Process 1000 includes forwarding (at 1010) the request or request context to remote security controller 103 of security system 100 for further analysis or additional threat detection. In some embodiments, local security controller 101 may forward (at 1010) the request or request context while also analyzing the request against the retrieved (at 1008) set of security rules. In some other embodiments, local security controller 101 may forward (at 1010) the request or request context after completing the analysis of the request and determining that the request does not violate any of the retrieved (at 1008) set of security rules. In some embodiments, the request context is forwarded (at 1010) instead of the original request to minimize the amount of data that is passed and/or to prevent transmission of sensitive information that may be included with the original request. The request context may include a subset of data from the request that is relevant for the additional analysis performed by remote security controller 103. Local security controller 101 may establish a persistent network connection with remote security controller 103 prior to forwarding (at 1010) the request or request context to remote security controller 103. Local security controller 101 may establish the persistent connection upon initialization and/or when local security controller 101 commences execution (prior to any requests being intercepted (at 1004)). From the persistent network connection, remote security controller 103 may identify which local security controller 101 submits the request or request context and may route a response to the request or request context to the correct local security controller 101.

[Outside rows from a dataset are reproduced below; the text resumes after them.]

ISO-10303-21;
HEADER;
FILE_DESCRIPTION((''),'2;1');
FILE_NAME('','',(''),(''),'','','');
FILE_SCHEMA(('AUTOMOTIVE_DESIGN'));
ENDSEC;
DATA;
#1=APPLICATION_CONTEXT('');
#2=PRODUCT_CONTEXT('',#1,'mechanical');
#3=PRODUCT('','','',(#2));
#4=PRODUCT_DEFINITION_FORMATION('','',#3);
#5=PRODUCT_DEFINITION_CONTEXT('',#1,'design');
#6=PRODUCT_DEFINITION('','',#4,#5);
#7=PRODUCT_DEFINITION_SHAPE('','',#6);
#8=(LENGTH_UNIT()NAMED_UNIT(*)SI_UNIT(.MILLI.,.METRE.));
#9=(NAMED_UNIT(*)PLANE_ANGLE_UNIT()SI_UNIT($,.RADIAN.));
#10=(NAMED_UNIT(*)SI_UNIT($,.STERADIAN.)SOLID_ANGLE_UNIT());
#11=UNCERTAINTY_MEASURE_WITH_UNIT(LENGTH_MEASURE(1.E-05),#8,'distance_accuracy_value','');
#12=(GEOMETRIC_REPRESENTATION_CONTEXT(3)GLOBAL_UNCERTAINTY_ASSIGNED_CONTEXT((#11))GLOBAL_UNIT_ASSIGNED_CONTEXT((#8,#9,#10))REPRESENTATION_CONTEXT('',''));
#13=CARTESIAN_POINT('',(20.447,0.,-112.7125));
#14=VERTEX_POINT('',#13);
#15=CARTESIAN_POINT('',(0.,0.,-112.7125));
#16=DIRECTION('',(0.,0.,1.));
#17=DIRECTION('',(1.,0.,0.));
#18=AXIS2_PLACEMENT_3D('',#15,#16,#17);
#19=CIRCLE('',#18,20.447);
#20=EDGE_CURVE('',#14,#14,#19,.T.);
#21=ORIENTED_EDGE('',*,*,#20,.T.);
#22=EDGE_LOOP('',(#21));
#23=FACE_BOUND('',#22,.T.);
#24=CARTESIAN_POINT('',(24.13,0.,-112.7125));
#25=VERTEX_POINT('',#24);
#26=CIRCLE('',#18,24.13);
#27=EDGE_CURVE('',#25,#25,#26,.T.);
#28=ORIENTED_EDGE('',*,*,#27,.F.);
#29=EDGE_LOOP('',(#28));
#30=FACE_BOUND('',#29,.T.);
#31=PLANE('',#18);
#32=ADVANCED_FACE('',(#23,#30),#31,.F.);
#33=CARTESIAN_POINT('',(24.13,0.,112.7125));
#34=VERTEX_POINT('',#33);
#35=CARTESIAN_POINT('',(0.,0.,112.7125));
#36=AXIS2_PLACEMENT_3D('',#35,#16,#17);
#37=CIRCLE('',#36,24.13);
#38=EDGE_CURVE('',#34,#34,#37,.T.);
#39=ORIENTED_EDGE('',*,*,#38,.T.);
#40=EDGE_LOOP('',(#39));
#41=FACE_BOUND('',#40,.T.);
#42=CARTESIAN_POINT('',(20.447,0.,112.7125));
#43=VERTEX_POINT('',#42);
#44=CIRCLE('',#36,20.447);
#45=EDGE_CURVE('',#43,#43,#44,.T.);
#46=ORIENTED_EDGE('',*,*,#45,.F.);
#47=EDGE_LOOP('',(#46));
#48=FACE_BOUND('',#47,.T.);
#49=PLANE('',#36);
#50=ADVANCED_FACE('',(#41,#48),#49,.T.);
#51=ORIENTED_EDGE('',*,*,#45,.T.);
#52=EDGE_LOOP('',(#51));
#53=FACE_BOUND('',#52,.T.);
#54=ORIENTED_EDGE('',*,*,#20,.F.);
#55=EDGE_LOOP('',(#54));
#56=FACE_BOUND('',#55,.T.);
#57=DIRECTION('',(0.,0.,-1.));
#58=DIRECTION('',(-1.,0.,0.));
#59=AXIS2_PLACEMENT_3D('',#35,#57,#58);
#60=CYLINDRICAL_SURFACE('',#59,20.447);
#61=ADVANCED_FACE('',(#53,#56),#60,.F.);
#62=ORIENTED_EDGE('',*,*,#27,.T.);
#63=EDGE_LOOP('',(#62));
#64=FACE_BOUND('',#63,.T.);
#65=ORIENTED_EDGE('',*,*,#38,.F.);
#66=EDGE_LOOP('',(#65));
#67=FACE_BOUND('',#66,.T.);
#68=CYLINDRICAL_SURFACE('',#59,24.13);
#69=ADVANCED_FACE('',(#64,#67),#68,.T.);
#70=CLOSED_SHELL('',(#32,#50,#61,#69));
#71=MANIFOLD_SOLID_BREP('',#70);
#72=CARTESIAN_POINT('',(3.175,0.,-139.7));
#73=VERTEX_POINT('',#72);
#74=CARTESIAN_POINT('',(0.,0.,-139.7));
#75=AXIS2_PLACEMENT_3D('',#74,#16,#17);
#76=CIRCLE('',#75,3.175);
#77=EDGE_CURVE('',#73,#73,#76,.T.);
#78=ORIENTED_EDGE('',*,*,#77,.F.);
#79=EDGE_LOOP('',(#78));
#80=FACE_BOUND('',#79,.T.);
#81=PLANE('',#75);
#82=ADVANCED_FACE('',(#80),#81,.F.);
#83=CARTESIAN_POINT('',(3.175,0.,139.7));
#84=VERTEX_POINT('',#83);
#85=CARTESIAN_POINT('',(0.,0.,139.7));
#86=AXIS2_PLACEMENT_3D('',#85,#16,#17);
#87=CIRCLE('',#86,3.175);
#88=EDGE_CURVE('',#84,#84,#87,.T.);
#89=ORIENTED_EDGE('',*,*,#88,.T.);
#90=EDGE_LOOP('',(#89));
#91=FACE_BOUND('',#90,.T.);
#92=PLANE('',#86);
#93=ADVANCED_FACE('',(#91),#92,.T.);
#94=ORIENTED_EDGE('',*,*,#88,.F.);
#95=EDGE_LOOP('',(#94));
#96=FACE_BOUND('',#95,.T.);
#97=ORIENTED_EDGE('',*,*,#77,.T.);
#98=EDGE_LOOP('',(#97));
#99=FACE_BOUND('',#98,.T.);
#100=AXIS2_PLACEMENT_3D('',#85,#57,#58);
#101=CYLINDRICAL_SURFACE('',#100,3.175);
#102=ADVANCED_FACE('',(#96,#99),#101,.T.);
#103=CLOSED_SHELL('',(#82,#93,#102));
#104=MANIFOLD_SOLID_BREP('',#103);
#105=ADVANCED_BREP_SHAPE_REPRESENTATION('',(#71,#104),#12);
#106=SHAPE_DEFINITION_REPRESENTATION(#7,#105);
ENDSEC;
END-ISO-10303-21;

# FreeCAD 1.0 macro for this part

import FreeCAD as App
import Part
import Sketcher
Q = App.Units.Quantity

doc = App.newDocument("Part")
params = doc.addObject("Spreadsheet::Sheet", "Params")
for row, (alias, value) in enumerate([
    ("sketch1_diameter", "0.25 in"),
    ("pad1_length", "11 in"),
    ("sketch2_diameter", "1.9 in"),
    ("sketch2_diameter2", "1.61 in"),
    ("pad2_length", "8.875 in"),
], start=1):
    params.set(f"A{row}", alias)
    params.set(f"B{row}", "=" + value)
    params.setAlias(f"B{row}", alias)

body = doc.addObject("PartDesign::Body", "Body")

# Sketch on XY plane
sketch1 = doc.addObject("Sketcher::SketchObject", "Sketch")
body.addObject(sketch1)
sketch1.AttachmentSupport = (doc.XY_Plane, [""])
sketch1.MapMode = "FlatFace"
sketch1.addGeometry(Part.Circle(App.Vector(0, 0, 0), App.Vector(0, 0, 1), 3.2), False)
sketch1.addConstraint(Sketcher.Constraint("Coincident", 0, 3, -1, 1))
sketch1.addConstraint(Sketcher.Constraint("Diameter", 0, Q("0.25 in")))
sketch1.setExpression("Constraints[1]", "Params.sketch1_diameter")
pad1 = doc.addObject("PartDesign::Pad", "Pad")
body.addObject(pad1)
pad1.Profile = sketch1
pad1.setExpression("Length", "Params.pad1_length")
pad1.Midplane = True
body2 = doc.addObject("PartDesign::Body", "Body001")

# Sketch on XY plane
sketch2 = doc.addObject("Sketcher::SketchObject", "Sketch001")
body2.addObject(sketch2)
sketch2.AttachmentSupport = (doc.getObject("XY_Plane001"), [""])
sketch2.MapMode = "FlatFace"
sketch2.addGeometry(Part.Circle(App.Vector(0, 0, 0), App.Vector(0, 0, 1), 24), False)
sketch2.addGeometry(Part.Circle(App.Vector(0, 0, 0), App.Vector(0, 0, 1), 20), False)
sketch2.addConstraint(Sketcher.Constraint("Coincident", 0, 3, -1, 1))
sketch2.addConstraint(Sketcher.Constraint("Coincident", 1, 3, -1, 1))
sketch2.addConstraint(Sketcher.Constraint("Diameter", 0, Q("1.9 in")))
sketch2.addConstraint(Sketcher.Constraint("Diameter", 1, Q("1.61 in")))
sketch2.setExpression("Constraints[2]", "Params.sketch2_diameter")
sketch2.setExpression("Constraints[3]", "Params.sketch2_diameter2")
pad2 = doc.addObject("PartDesign::Pad", "Pad001")
body2.addObject(pad2)
pad2.Profile = sketch2
pad2.setExpression("Length", "Params.pad2_length")
pad2.Midplane = True

doc.recompute()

Process 1000 includes determining (at 1012) whether the request violates any of the retrieved (at 1008) set of security rules from within the secure environment. In some embodiments, local security controller 101 analyzes the format of the request, request parameters, header values, metadata, and/or other data sent in conjunction with the request for signatures or identifying characteristics of an attack or threat as defined in the one of the set of security rules. The request format may violate a security rule when it deviates from an acceptable format of the application functions, services, and/or APIs. For instance, the request format may violate a security rule when the request is defined in a different language than the functions, services, and/or APIs. The request parameters may include query string parameters, cookies, values, and/or code that may be used to effectuate an attack. The request parameters may be compared against the security rules to detect invalid or impressible content. Additionally, local security controller 101 may execute any code or function associated with the request parameters to detect malicious activity. The header values identify the sending device, and may be used to determine if the sending device is authorized to access a requested function, service, or API of the application. In some embodiments, local security controller 101 executes other code or scripts from the request within the secure environment to determine (at 1012) if the request violates any of the retrieved (at 1008) set of security rules.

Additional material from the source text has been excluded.